Reckitt Benckiser, Indivior, ask London court to throw out Suboxone lawsuit

Reuters

Published Nov 20, 2023 15:18

Updated Nov 20, 2023 16:18

By Sam Tobin

LONDON (Reuters) - Consumer goods giant Reckitt Benckiser and Indivior on Monday urged London's High Court to throw out a representative lawsuit over allegedly false marketing of opioid addiction treatment Suboxone.

London-listed drugmaker Indivior and Reckitt Benckiser, its parent until Indivior was spun off in 2014, are facing a claim brought on behalf of hundreds of investors potentially worth hundreds of millions of pounds.

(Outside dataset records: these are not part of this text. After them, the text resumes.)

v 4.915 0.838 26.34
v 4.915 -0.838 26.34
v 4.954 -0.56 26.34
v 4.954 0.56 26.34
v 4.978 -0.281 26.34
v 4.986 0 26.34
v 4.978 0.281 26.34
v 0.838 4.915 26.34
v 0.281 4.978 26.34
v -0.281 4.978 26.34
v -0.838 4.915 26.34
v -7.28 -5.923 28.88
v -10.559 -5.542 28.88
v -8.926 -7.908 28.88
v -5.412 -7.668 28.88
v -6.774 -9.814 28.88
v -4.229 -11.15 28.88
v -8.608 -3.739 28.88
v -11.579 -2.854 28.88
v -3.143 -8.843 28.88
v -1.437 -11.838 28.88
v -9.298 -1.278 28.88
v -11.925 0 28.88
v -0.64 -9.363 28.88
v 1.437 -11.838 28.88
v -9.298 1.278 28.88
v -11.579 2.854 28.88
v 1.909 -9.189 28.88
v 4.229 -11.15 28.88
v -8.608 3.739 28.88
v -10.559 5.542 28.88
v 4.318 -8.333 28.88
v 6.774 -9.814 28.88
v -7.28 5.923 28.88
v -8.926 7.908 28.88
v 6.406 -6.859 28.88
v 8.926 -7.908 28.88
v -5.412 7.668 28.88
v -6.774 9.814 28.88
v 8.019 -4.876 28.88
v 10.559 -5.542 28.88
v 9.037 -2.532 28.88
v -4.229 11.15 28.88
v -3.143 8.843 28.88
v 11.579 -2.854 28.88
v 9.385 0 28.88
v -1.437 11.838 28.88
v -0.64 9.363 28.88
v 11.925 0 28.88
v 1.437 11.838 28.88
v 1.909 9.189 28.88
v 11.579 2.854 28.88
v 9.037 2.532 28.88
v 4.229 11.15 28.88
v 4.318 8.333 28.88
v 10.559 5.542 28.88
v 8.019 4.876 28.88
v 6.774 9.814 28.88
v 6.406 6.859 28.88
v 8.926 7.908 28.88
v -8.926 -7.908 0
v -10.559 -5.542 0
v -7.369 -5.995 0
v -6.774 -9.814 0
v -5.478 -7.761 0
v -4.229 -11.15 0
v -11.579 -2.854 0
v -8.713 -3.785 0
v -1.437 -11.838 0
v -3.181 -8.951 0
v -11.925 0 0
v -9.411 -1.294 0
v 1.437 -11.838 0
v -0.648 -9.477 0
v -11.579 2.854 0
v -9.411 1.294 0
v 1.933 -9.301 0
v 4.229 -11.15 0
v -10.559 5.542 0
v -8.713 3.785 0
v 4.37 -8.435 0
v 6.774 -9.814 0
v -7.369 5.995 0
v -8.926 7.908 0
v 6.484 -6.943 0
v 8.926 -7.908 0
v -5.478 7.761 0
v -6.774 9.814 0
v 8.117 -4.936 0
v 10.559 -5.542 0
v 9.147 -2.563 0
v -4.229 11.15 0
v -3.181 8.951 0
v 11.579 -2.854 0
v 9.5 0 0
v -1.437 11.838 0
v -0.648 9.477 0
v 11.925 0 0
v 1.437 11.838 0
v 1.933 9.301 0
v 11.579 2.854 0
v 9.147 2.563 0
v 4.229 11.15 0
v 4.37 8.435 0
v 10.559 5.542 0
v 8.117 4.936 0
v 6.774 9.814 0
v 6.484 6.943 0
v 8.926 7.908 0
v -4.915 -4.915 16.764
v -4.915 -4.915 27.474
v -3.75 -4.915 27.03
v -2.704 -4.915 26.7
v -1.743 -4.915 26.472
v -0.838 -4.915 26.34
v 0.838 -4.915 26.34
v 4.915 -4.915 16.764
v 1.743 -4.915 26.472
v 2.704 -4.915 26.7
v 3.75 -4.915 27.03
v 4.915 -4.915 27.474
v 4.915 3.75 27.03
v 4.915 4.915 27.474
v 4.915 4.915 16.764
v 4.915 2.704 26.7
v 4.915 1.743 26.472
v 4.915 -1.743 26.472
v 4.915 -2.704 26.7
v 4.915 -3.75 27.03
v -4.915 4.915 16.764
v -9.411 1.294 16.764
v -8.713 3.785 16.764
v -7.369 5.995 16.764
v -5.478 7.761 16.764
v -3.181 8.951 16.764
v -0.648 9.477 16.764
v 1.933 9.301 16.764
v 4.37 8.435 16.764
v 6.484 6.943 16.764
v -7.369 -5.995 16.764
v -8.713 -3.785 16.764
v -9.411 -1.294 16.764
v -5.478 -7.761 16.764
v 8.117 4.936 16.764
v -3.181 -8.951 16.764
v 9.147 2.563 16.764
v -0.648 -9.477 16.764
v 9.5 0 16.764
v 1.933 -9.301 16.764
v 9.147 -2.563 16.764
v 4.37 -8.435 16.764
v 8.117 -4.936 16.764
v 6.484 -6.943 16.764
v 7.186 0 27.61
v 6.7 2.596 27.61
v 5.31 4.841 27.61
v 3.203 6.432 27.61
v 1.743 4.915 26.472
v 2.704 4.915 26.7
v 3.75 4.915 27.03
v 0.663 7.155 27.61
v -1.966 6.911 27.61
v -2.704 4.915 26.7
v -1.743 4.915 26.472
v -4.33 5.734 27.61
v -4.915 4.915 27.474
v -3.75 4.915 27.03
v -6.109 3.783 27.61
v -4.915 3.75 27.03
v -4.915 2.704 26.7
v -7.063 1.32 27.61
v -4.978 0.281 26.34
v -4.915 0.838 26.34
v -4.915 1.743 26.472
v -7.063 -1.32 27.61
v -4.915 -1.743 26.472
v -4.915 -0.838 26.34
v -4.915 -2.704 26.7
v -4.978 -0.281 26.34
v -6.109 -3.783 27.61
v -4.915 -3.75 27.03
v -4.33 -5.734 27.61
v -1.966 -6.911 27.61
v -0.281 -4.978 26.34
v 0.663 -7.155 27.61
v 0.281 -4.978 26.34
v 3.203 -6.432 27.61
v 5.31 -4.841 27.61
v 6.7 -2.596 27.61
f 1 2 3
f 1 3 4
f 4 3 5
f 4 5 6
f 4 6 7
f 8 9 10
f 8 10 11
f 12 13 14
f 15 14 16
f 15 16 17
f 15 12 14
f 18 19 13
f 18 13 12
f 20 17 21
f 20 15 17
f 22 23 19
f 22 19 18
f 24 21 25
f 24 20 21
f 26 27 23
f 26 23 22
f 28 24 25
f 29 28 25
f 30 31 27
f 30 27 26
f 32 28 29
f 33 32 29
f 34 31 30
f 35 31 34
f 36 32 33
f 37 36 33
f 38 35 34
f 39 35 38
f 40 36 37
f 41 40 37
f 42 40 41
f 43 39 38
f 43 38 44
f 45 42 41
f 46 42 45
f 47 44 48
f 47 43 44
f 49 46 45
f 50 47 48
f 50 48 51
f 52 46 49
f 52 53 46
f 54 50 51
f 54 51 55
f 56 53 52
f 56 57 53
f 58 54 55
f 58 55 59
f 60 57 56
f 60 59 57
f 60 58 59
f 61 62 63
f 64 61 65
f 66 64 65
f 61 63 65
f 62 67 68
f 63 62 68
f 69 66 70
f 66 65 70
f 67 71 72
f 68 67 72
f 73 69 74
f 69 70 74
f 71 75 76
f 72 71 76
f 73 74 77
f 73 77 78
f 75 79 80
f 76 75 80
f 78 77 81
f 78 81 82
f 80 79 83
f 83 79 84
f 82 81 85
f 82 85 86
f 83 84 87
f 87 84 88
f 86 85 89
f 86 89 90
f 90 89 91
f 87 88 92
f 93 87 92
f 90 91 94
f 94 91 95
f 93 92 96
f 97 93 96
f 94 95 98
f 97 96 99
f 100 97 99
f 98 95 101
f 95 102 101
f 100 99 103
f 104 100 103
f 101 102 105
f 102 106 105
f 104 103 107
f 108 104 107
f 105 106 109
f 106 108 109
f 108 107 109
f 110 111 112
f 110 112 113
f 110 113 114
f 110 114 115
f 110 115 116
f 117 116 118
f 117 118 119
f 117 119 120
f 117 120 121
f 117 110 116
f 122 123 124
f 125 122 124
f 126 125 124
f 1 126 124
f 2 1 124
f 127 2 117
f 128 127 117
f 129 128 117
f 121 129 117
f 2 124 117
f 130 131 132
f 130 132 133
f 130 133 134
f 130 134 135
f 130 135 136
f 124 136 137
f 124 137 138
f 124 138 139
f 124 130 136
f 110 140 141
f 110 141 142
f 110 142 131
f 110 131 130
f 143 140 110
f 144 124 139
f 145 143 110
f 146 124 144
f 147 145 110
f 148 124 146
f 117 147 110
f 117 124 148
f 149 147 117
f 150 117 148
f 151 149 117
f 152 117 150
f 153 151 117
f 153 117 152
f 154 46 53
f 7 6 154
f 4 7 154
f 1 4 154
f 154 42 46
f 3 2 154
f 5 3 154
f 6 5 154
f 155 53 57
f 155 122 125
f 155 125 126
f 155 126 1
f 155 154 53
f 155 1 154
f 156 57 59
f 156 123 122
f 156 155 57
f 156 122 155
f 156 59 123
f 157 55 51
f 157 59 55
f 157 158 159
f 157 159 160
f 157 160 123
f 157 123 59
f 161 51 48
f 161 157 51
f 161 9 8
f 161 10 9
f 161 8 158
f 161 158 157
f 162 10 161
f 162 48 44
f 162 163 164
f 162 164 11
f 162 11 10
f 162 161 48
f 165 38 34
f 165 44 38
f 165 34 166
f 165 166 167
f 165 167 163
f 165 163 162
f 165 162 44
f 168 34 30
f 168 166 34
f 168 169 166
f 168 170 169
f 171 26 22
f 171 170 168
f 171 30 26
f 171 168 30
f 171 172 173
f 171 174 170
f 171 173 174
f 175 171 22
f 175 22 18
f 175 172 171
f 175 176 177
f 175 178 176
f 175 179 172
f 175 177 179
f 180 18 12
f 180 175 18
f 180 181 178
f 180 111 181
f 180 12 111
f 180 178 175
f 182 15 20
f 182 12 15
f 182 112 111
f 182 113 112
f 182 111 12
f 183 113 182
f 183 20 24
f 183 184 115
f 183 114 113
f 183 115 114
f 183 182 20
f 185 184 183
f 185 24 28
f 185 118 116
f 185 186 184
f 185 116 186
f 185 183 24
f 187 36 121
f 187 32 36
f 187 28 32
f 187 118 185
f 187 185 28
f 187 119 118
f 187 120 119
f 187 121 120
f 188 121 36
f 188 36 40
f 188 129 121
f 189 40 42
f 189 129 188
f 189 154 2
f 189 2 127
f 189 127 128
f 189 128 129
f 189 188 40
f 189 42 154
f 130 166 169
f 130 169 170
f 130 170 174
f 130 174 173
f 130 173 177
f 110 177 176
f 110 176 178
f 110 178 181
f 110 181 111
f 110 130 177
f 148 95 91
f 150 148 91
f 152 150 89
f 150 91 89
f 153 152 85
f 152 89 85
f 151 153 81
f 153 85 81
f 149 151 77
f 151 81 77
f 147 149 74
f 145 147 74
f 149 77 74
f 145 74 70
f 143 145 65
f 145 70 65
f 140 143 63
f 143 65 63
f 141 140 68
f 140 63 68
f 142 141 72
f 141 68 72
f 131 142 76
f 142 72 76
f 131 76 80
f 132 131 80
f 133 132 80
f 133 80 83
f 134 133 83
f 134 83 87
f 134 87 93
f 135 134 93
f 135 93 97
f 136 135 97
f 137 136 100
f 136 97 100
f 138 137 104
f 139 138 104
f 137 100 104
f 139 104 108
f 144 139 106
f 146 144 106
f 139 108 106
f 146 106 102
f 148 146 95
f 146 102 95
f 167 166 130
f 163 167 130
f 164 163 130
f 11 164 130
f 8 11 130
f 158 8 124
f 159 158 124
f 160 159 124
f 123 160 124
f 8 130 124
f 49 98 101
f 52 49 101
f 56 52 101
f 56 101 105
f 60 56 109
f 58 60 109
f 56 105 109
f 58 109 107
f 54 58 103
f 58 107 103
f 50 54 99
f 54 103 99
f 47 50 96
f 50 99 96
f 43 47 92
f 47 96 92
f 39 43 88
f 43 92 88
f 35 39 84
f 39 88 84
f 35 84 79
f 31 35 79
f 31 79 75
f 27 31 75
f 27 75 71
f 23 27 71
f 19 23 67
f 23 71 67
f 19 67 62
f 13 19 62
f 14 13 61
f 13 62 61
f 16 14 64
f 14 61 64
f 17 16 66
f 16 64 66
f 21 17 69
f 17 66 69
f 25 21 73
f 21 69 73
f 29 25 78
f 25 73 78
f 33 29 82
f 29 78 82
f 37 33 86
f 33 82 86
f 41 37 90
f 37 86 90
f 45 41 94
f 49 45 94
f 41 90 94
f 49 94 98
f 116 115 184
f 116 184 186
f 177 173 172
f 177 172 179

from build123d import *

# Parameters (mm, degrees)
F0_R     = 11.9253
F1_DEPTH = 28.8798
F2_R     = 9.3853
F3_DEPTH = 2.54
F3_TAPER = 60
F4_R     = 9.4996
F5_DEPTH = 16.764
F6_W     = 9.8298
F6_H     = 9.8298
F7_DEPTH = 12.1168001


with BuildPart() as f1:
    # F0 (on Top) → F1 (new body)
    with BuildSketch(Plane.XY):
        Circle(F0_R)
    extrude(amount=F1_DEPTH)

    # F2 (on face) → F3 (cut)
    with BuildSketch(Plane.XY.offset(28.8798)):
        Circle(F2_R)
    extrude(amount=-F3_DEPTH, taper=F3_TAPER, mode=Mode.SUBTRACT)

    # F4 (on face) → F5 (cut)
    with BuildSketch(Plane(origin=(0, 0, 0), x_dir=(1, 0, 0), z_dir=(0, 0, -1))):
        Circle(F4_R)
    extrude(amount=-F5_DEPTH, mode=Mode.SUBTRACT)

    # F6 (on face) → F7 (cut, through all)
    with BuildSketch(Plane(origin=(0, 0, 16.764), x_dir=(1, 0, 0), z_dir=(0, 0, -1))):
        Rectangle(F6_W, F6_H)
    extrude(amount=-F7_DEPTH, mode=Mode.SUBTRACT)


solid = f1.part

Wirral Council in north-west England wants to bring a representative claim based on an alleged scheme to switch the market for Suboxone from tablets, which were about to lose patent protection in the U.S., to a sublingual film.

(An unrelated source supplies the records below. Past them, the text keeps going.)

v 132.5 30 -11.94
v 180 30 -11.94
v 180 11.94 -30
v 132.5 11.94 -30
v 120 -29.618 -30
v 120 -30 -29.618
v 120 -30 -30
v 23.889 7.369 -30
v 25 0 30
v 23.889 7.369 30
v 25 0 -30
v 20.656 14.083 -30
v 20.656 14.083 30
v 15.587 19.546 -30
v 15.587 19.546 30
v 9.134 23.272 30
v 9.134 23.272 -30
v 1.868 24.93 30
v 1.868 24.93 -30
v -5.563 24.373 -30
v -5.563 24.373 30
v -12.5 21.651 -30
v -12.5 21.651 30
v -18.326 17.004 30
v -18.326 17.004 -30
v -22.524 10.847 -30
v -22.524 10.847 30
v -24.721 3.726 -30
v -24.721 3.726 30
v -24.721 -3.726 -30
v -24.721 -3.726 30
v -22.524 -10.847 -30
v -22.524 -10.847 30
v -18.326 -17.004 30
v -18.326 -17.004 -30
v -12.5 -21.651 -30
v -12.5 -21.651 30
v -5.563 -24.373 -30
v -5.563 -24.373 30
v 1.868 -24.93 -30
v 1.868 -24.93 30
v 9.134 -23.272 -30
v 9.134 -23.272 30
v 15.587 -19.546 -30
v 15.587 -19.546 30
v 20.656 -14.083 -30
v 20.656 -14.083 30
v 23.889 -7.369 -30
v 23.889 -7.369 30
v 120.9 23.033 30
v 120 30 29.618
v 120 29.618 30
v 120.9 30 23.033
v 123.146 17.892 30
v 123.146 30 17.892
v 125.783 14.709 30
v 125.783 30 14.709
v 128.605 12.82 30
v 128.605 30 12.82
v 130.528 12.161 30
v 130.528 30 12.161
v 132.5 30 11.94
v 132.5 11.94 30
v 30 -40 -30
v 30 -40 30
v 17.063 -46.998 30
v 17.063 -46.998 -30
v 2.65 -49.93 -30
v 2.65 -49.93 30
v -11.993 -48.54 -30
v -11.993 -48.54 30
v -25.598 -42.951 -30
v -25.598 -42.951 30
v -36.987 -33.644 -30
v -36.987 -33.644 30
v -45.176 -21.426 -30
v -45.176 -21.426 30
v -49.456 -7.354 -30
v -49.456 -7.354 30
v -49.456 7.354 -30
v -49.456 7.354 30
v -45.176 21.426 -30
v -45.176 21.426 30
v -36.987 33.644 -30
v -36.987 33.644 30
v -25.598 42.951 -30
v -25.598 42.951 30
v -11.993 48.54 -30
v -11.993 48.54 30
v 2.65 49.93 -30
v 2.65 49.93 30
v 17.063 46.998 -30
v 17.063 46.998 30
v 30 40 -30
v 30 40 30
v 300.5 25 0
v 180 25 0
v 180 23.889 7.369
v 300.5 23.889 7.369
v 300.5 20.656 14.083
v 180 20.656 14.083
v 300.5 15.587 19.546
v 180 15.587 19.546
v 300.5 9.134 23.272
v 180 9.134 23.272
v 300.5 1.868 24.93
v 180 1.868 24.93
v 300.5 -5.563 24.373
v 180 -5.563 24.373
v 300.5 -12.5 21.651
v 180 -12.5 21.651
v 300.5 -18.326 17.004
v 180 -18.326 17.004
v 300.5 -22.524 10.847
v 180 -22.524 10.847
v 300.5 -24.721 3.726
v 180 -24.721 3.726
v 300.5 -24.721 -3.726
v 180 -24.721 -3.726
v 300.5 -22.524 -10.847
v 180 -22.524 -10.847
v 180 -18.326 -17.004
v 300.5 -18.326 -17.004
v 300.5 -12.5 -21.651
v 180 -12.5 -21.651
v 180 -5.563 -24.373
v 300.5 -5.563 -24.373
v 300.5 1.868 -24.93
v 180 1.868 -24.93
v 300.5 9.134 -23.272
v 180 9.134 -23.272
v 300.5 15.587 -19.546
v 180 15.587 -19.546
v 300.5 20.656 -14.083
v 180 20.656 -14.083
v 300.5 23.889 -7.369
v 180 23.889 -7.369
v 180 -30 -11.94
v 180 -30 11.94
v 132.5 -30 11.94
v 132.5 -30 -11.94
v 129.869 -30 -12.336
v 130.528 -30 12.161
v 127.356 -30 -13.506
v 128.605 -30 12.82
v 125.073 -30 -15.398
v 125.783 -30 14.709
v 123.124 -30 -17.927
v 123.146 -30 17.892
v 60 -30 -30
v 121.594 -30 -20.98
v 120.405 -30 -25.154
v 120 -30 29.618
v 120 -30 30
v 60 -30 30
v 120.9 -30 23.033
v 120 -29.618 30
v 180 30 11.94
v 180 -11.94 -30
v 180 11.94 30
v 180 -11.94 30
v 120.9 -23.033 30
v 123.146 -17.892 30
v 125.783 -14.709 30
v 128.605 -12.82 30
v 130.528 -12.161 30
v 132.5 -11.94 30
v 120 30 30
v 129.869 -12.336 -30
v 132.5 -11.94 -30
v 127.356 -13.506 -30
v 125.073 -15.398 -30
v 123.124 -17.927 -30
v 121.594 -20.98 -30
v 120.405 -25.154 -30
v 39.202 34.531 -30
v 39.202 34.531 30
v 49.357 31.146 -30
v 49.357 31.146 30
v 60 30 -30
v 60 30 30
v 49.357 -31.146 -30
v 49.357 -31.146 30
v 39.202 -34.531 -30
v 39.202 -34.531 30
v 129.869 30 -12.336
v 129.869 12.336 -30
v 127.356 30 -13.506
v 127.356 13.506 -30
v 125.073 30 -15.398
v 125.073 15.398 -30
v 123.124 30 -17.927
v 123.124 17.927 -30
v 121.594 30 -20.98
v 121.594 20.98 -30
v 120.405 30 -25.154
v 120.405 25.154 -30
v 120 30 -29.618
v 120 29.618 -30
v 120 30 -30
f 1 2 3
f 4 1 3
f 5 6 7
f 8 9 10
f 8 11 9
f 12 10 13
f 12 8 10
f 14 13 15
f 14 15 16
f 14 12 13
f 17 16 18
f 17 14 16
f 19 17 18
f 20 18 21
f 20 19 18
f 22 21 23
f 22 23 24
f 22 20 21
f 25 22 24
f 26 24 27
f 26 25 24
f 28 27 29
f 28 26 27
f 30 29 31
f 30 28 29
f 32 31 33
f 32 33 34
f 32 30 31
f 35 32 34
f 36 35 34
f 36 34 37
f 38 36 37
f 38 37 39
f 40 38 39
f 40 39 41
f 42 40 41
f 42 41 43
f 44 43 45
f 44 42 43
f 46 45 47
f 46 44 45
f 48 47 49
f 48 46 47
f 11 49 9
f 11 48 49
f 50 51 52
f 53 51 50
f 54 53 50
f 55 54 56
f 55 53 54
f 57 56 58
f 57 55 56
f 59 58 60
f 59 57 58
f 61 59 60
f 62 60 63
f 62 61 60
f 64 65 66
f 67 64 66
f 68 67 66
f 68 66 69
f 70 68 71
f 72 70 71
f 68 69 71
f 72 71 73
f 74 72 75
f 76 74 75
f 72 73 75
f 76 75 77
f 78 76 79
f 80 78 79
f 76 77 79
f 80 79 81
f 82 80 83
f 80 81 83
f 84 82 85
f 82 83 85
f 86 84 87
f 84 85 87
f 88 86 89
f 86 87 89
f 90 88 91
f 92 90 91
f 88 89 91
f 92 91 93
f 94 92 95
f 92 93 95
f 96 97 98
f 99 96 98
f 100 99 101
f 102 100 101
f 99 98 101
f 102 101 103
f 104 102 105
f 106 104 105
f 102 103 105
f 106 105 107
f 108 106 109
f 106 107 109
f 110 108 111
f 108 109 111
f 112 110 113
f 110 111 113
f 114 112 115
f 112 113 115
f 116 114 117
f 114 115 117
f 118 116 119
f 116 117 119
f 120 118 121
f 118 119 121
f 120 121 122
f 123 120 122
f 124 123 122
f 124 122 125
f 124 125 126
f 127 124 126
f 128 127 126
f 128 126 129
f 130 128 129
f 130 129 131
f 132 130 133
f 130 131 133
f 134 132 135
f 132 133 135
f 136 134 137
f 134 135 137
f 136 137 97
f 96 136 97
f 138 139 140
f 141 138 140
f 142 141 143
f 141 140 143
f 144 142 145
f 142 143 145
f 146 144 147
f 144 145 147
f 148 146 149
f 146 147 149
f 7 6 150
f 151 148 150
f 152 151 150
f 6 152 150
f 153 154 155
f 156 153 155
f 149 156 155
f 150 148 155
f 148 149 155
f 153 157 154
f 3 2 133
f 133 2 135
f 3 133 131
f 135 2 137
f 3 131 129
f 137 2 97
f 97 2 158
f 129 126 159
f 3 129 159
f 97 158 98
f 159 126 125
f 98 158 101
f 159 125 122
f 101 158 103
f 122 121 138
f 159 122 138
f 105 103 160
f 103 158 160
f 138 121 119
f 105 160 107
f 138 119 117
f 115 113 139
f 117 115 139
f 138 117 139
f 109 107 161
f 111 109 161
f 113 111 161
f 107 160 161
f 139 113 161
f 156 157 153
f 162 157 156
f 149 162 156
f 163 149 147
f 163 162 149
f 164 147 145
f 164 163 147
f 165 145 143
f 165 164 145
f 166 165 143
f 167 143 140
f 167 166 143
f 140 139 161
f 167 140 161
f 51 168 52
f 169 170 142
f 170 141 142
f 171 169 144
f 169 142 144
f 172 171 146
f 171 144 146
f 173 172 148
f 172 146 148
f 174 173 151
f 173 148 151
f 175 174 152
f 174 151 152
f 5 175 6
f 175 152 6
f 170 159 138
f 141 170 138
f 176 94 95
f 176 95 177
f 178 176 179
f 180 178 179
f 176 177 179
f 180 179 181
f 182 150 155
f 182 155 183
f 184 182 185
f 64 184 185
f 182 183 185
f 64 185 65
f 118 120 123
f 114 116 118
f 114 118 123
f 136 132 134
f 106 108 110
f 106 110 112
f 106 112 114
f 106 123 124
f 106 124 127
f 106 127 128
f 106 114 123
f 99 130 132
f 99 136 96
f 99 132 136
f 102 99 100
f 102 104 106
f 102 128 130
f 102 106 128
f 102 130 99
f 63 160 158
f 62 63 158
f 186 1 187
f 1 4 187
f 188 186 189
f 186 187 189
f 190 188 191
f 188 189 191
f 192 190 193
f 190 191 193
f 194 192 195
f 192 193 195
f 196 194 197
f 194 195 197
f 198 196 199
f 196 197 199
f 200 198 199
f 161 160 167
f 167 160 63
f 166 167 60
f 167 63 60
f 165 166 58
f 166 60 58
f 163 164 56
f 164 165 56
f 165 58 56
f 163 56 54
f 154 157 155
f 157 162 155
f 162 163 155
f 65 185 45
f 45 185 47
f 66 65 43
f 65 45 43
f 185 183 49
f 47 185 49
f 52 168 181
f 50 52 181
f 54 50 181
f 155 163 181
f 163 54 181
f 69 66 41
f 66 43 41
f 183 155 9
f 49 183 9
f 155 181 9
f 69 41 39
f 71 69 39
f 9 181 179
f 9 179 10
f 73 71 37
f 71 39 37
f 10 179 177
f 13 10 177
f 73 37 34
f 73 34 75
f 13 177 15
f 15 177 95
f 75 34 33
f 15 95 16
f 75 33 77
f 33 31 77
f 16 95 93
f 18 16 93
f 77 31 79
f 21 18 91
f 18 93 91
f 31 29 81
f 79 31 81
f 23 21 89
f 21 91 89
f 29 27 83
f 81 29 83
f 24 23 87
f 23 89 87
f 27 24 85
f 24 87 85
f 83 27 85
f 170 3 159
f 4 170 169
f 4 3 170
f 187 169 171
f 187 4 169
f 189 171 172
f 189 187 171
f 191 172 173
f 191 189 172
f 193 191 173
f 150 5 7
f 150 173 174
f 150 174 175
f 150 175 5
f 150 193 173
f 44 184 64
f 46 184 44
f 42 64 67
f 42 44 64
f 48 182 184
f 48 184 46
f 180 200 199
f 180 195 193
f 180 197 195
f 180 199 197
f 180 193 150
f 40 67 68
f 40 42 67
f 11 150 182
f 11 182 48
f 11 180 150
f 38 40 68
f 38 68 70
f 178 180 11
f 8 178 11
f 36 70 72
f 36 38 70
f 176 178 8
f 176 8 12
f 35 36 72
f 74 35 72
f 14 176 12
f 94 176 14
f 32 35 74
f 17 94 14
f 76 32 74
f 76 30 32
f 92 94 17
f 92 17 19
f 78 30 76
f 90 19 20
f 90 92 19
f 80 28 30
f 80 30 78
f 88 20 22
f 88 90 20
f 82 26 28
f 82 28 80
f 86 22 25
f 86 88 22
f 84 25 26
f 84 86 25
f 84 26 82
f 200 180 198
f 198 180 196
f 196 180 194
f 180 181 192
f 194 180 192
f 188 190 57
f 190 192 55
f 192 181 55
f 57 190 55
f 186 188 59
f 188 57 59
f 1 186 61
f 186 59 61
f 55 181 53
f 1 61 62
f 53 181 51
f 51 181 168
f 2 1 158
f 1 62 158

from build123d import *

# Parameters (mm, degrees)
SKETCH1_R           = 25
BOSS_EXTRUDE1_DEPTH = 30
CUT_EXTRUDE1_DEPTH  = 60
SKETCH2_3_R         = 25
BOSS_EXTRUDE2_DEPTH = 120.5
FILLET1_R           = 12.5


with BuildPart() as part:
    # Sketch1 → Boss-Extrude1 (new, symmetric)
    with BuildSketch(Plane.XY):
        with BuildLine():
            Line((60, 30), (180, 30))
            Line((180, 30), (180, -30))
            Line((180, -30), (60, -30))
            ThreePointArc((60, -30), (44.188611699, -32.565835097), (30, -40))
            ThreePointArc((30, -40), (-50, 0), (30, 40))
            ThreePointArc((30, 40), (44.188611699, 32.565835097), (60, 30))
        make_face()
        Circle(SKETCH1_R, mode=Mode.SUBTRACT)
    extrude(amount=BOSS_EXTRUDE1_DEPTH, both=True)

    # Sketch2 → Cut-Extrude1 (cut)
    with BuildSketch(Plane(origin=(180, 0, 0), x_dir=(0, 0, -1), z_dir=(1, 0, 0))):
        Polygon((11.94, 30), (30, 11.94), (30, 30), align=None)
        Polygon((30, -30), (30, -11.94), (11.94, -30), align=None)
        Polygon((-30, 11.94), (-11.94, 30), (-30, 30), align=None)
        Polygon((-30, -30), (-11.94, -30), (-30, -11.94), align=None)
    extrude(amount=-CUT_EXTRUDE1_DEPTH, mode=Mode.SUBTRACT)

    # Sketch2<3> → Boss-Extrude2 (add)
    with BuildSketch(Plane(origin=(180, 0, 0), x_dir=(0, 0, -1), z_dir=(1, 0, 0))):
        Circle(SKETCH2_3_R)
    extrude(amount=BOSS_EXTRUDE2_DEPTH)

    # Fillet1
    fillet1_edges = [part.edges().sort_by_distance(p)[0] for p in [
        (120, -20.97, -20.97),
        (120, 20.97, -20.97),
        (120, -20.97, 20.97),
        (120, 20.97, 20.97),
    ]]
    fillet(fillet1_edges, radius=FILLET1_R)


solid = part.part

But Reckitt Benckiser and Indivior, which deny the allegations, want the representative case dismissed.

Wirral Council says that when Indivior was indicted in the U.S. in 2019, in one of the few corporate prosecutions related to the U.S. opioid addiction epidemic, the news wiped out over 550 million pounds ($685.9 million) of its market value.

It is seeking a declaration that Reckitt Benckiser and Indivior published false, misleading or incomplete information to the markets about the alleged scheme.

Investors could then bring their own "follow-on" damages lawsuits based on the court's findings, which the council says would be cheaper, less complicated and promote "shareholder redress and access to justice".

But Reckitt Benckiser and Indivior argue a representative lawsuit would just give claimants other than Wirral Council a "free ride" until liability is decided.

They also say Wirral Council and others have brought a separate lawsuit which would continue if the representative case is dismissed.

Indivior has agreed to pay out over $500 million this year alone to settle civil lawsuits brought by drug wholesalers, dozens of U.S. states and health plans in relation to Suboxone.

In 2020, the company also agreed to pay $600 million to resolve U.S. government allegations that it fraudulently promoted Suboxone.